Wednesday, June 22, 2011
You know what I've found is a psychologically effective move on a first date? At some point early in the evening, commit the ultra-rude date faux pas of looking at your phone and responding to a text. Be polite about it. Say, "I'm really sorry; I just have to respond to this real quickly." Give your complete attention to that text for about 8-10 full seconds, then turn your attention back to the date, and as a gesture of genuine remorse, tell her you're all hers for the rest of the night, and turn off your phone for her to see. It probably doesn't hurt to throw in some joke, like, "I don't care if my mom calls because she's dying from a gunshot wound to the abdomen and wants to share her last words; she can leave a message.

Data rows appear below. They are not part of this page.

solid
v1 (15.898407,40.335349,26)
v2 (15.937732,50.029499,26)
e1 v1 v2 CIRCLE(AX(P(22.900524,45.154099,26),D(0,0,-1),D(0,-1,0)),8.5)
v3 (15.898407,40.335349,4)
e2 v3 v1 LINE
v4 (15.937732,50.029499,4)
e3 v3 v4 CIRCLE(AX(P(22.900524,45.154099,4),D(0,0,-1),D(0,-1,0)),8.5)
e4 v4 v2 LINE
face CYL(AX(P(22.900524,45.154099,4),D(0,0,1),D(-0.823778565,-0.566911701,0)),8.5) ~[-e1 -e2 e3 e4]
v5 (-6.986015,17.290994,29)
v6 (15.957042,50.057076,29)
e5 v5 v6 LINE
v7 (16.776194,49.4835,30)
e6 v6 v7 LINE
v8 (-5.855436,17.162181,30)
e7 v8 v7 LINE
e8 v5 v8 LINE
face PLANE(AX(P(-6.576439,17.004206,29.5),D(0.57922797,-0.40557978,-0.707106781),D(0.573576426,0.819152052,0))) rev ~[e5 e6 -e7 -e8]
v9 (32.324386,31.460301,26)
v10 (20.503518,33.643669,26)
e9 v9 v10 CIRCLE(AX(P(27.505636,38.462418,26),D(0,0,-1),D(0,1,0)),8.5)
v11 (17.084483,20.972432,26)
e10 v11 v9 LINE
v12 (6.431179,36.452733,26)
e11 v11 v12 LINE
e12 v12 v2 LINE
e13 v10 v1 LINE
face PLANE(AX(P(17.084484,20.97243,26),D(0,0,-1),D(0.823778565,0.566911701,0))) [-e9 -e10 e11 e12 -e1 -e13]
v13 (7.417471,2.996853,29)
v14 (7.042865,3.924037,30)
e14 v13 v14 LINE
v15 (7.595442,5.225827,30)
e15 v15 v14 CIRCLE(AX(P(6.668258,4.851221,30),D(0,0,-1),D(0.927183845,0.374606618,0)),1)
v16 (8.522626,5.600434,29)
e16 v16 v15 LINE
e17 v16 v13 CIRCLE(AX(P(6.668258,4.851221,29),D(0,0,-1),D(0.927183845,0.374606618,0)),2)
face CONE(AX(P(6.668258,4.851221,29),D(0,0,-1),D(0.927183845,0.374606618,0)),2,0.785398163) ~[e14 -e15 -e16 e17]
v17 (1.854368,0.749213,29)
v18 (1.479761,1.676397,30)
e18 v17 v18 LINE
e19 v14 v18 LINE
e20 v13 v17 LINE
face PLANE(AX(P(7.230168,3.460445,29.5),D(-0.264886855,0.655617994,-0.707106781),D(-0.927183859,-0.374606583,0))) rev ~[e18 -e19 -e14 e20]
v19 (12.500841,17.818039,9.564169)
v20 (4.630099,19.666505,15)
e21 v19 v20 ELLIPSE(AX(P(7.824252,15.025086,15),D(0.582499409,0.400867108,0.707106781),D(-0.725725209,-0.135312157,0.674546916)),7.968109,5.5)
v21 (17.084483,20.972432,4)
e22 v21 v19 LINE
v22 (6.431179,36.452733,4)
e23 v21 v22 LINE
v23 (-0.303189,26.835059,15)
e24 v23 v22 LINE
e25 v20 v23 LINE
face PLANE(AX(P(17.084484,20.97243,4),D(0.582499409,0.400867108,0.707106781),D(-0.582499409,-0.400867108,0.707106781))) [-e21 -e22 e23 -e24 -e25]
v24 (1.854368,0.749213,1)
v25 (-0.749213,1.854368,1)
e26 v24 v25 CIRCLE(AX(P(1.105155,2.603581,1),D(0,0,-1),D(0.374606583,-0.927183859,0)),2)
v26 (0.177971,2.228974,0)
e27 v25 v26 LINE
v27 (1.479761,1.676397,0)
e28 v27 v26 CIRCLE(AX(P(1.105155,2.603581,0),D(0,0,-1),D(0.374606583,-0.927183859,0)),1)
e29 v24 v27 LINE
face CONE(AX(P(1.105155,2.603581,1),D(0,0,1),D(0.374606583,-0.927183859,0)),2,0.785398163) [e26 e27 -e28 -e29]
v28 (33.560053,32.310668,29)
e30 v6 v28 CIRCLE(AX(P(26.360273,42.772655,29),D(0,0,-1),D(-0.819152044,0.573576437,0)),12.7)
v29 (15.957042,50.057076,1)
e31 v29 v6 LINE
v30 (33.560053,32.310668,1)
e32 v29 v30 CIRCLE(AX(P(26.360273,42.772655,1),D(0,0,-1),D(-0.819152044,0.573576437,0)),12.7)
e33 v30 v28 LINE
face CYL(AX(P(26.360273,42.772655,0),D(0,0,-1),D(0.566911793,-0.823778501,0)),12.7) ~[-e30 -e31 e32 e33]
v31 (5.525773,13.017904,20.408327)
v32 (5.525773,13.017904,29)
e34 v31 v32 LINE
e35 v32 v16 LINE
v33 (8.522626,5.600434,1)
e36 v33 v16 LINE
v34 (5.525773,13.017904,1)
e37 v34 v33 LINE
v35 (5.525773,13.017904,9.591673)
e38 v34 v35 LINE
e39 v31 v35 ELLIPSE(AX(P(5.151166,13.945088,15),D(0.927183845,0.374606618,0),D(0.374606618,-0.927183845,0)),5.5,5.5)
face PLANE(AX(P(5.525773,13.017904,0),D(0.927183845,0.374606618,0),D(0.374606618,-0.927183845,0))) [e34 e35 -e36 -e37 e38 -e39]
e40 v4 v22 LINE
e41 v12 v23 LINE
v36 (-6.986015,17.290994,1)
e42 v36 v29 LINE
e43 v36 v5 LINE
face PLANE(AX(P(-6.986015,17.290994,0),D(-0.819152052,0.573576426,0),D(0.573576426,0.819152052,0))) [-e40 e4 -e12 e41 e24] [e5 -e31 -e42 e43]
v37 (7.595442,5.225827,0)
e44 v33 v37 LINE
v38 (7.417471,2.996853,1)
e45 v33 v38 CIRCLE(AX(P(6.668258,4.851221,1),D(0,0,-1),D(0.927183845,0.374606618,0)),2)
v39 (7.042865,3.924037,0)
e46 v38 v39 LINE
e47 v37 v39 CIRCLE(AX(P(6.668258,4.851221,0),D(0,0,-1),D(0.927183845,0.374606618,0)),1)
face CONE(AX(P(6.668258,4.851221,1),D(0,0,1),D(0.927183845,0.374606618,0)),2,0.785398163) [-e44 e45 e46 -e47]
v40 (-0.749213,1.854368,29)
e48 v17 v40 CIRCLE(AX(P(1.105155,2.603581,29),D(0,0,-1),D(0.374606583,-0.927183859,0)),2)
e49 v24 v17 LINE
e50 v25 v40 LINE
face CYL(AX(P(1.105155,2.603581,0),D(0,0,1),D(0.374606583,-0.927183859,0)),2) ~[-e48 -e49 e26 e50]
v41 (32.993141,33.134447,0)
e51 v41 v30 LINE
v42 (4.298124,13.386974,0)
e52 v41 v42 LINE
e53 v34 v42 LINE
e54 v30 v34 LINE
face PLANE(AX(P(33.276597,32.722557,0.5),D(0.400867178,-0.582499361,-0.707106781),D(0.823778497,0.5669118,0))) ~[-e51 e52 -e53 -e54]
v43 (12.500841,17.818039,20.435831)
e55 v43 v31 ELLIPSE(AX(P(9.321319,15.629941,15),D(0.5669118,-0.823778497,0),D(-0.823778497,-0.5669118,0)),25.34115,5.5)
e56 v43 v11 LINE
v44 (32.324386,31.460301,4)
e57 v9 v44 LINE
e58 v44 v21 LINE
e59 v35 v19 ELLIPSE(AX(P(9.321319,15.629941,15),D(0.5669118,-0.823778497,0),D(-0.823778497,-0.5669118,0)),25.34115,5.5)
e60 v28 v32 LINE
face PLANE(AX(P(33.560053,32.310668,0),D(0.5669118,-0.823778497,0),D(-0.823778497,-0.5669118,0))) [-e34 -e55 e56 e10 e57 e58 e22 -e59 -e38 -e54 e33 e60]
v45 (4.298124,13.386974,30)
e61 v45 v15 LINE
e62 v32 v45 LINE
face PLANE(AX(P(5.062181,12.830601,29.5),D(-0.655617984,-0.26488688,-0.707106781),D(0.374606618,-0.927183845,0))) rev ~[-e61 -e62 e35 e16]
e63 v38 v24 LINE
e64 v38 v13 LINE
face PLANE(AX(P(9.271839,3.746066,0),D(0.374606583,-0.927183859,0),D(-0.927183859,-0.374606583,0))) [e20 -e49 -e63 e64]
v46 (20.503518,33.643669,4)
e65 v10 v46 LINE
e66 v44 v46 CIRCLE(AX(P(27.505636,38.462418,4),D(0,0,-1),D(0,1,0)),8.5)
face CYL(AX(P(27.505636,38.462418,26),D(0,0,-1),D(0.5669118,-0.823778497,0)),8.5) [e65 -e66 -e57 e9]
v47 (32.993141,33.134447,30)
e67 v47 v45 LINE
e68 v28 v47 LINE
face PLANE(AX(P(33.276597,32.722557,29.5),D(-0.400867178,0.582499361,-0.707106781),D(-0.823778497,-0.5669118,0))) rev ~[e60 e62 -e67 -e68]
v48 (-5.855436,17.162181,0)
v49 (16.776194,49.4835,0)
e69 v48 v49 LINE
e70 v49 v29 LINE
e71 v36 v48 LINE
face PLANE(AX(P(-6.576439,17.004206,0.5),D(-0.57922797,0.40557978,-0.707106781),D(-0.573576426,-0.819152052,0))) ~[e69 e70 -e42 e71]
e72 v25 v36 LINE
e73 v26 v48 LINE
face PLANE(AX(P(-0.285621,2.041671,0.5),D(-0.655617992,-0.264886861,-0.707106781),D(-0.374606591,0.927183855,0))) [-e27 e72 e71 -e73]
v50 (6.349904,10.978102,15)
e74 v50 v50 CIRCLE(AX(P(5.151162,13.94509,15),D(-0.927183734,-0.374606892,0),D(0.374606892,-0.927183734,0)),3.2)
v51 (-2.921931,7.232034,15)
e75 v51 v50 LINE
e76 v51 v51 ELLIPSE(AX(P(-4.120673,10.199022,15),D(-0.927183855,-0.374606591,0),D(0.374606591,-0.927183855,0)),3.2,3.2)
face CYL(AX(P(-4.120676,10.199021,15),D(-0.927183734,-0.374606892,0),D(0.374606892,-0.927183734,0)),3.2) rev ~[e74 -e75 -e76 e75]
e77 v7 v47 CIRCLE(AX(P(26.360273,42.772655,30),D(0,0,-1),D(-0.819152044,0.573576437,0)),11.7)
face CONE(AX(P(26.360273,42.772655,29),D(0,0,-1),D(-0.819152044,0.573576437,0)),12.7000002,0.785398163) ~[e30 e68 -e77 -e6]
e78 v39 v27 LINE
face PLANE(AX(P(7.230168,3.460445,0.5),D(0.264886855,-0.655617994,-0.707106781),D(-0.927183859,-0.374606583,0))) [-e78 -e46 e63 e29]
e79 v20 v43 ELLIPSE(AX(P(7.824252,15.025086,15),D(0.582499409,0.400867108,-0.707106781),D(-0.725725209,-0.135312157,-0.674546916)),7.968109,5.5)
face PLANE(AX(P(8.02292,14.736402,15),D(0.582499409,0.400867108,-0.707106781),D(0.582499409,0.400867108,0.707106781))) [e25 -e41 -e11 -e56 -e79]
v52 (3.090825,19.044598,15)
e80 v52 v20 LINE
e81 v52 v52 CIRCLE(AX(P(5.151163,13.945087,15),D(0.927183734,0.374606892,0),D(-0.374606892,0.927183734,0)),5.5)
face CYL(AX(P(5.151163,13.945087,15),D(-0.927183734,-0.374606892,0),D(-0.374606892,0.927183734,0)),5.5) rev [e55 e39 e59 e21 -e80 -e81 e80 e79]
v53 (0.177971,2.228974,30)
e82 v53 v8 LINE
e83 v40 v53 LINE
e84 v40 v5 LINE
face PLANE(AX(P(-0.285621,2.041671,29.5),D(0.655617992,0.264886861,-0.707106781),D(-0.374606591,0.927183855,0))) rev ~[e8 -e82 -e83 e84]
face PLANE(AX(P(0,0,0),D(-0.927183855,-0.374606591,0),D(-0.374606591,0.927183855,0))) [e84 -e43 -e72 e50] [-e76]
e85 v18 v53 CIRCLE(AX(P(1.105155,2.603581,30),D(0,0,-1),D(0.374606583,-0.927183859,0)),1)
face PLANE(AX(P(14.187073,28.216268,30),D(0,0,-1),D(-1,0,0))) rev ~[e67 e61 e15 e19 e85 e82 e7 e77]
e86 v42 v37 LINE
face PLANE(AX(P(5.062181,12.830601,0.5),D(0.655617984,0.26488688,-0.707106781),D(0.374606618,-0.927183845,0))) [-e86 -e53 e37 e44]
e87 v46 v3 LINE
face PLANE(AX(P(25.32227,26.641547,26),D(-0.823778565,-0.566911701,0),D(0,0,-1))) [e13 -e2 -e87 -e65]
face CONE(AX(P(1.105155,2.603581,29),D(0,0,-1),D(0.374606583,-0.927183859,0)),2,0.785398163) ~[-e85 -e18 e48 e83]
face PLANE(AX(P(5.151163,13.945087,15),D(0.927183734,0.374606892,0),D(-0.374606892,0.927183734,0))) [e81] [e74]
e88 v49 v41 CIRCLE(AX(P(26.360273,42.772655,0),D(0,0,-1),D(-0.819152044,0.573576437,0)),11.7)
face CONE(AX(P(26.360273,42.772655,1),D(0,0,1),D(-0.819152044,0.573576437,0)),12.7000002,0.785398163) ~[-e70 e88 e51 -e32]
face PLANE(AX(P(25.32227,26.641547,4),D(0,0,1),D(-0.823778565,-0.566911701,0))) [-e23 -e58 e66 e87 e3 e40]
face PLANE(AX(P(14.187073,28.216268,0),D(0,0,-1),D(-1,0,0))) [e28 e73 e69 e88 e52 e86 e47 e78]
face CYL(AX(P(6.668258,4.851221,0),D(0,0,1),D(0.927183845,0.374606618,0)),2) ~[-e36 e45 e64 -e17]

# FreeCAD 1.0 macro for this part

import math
import FreeCAD as App
import Part
import Sketcher
from FreeCAD import Vector
Q = App.Units.Quantity


def edges_at(feature, points):
    """Names of the edges that pass closest to the given points."""
    edges = feature.Shape.Edges
    near = lambda p: min(range(len(edges)), key=lambda i: edges[i].distToShape(Part.Vertex(*p))[0])
    return sorted({f"Edge{near(p) + 1}" for p in points})

doc = App.newDocument("Part")
body = doc.addObject("PartDesign::Body", "Body")

# Sketch on XY plane
sketch1 = body.newObject("Sketcher::SketchObject", "Sketch")
sketch1.AttachmentSupport = (doc.getObject("XY_Plane"), [""])
sketch1.MapMode = "FlatFace"
sketch1.addGeometry([
    Part.LineSegment(Vector(5.525773, 13.017904, 0), Vector(33.560053, 32.310668, 0)),  # 0
    Part.ArcOfCircle(Part.Circle(Vector(26.360273, 42.772655, 0), Vector(0, 0, 1), 12.7), math.radians(-55.464845), math.radians(145)),  # 1
    Part.LineSegment(Vector(15.957042, 50.057076, 0), Vector(-6.986015, 17.290994, 0)),  # 2
    Part.LineSegment(Vector(-6.986015, 17.290994, 0), Vector(0, 0, 0)),  # 3
    Part.LineSegment(Vector(0, 0, 0), Vector(9.271839, 3.746066, 0)),  # 4
    Part.LineSegment(Vector(9.271839, 3.746066, 0), Vector(5.525773, 13.017904, 0)),  # 5
], False)
sketch1.addConstraint([
    Sketcher.Constraint("Tangent", 0, 2, 1, 1),
    Sketcher.Constraint("Tangent", 1, 2, 2, 1),
    Sketcher.Constraint("Coincident", 2, 2, 3, 1),
    Sketcher.Constraint("Coincident", 3, 2, 4, 1),
    Sketcher.Constraint("Coincident", 4, 2, 5, 1),
    Sketcher.Constraint("Coincident", 5, 2, 0, 1),
    Sketcher.Constraint("Coincident", 3, 2, -1, 1),
    Sketcher.Constraint("Perpendicular", 3, 4),
    Sketcher.Constraint("Perpendicular", 4, 5),
    Sketcher.Constraint("Equal", 4, 5),
    Sketcher.Constraint("Radius", 1, Q("12.7 mm")),
    Sketcher.Constraint("Angle", 2, Q("-124.999999 deg")),
    Sketcher.Constraint("Angle", 3, Q("-68 deg")),
    Sketcher.Constraint("Distance", 2, Q("40 mm")),
    Sketcher.Constraint("Distance", 4, Q("10 mm")),
    Sketcher.Constraint("DistanceX", 5, 2, 1, 3, Q("20.8345 mm")),
])
pad1 = body.newObject("PartDesign::Pad", "Pad")
pad1.Profile = sketch1
pad1.Length = 30

# Sketch on an angled plane
sketch2 = body.newObject("Sketcher::SketchObject", "Sketch001")
sketch2.Placement = App.Placement(Vector(-4.303566, 6.253504, 0), App.Rotation(Vector(0.823778565, 0.566911701, 0), Vector(0, 0, 1.000000001), Vector(0.566911701, -0.823778565, 0), "ZXY"))
sketch2.addGeometry([
    Part.LineSegment(Vector(14.963349, 15, 0), Vector(25.963349, 4, 0)),  # 0
    Part.LineSegment(Vector(25.963349, 4, 0), Vector(35.963349, 4, 0)),  # 1
    Part.LineSegment(Vector(35.963349, 4, 0), Vector(35.963349, 26, 0)),  # 2
    Part.LineSegment(Vector(35.963349, 26, 0), Vector(25.963349, 26, 0)),  # 3
    Part.LineSegment(Vector(25.963349, 26, 0), Vector(14.963349, 15, 0)),  # 4
], False)
sketch2.addConstraint([
    Sketcher.Constraint("Coincident", 0, 2, 1, 1),
    Sketcher.Constraint("Coincident", 1, 2, 2, 1),
    Sketcher.Constraint("Coincident", 2, 2, 3, 1),
    Sketcher.Constraint("Coincident", 3, 2, 4, 1),
    Sketcher.Constraint("Coincident", 4, 2, 0, 1),
    Sketcher.Constraint("Horizontal", 1),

Tell me more about your dog."
But think about it. It's like she just went from feeling insulted and unimportant to being a made a priority. It's an emotional roller coaster...and she loves it. She's thinking, "He has his own things going on, but he can still make time for me."*
*Point of clarification: I'm not some sleazeball who sits around strategizing about this shit in advance while reading The Game. It just so happened that I was on a date one time, and I was waiting for a text that I'd PROMISED to be around for, so I responded to it, and then turned off my phone because I wanted her to know that I wasn't a total douche. I noticed a significant uptick in her interest after that, and then later thought about why that might've been. I haven't done it since. But if you're okay with being a phony...you're welcome.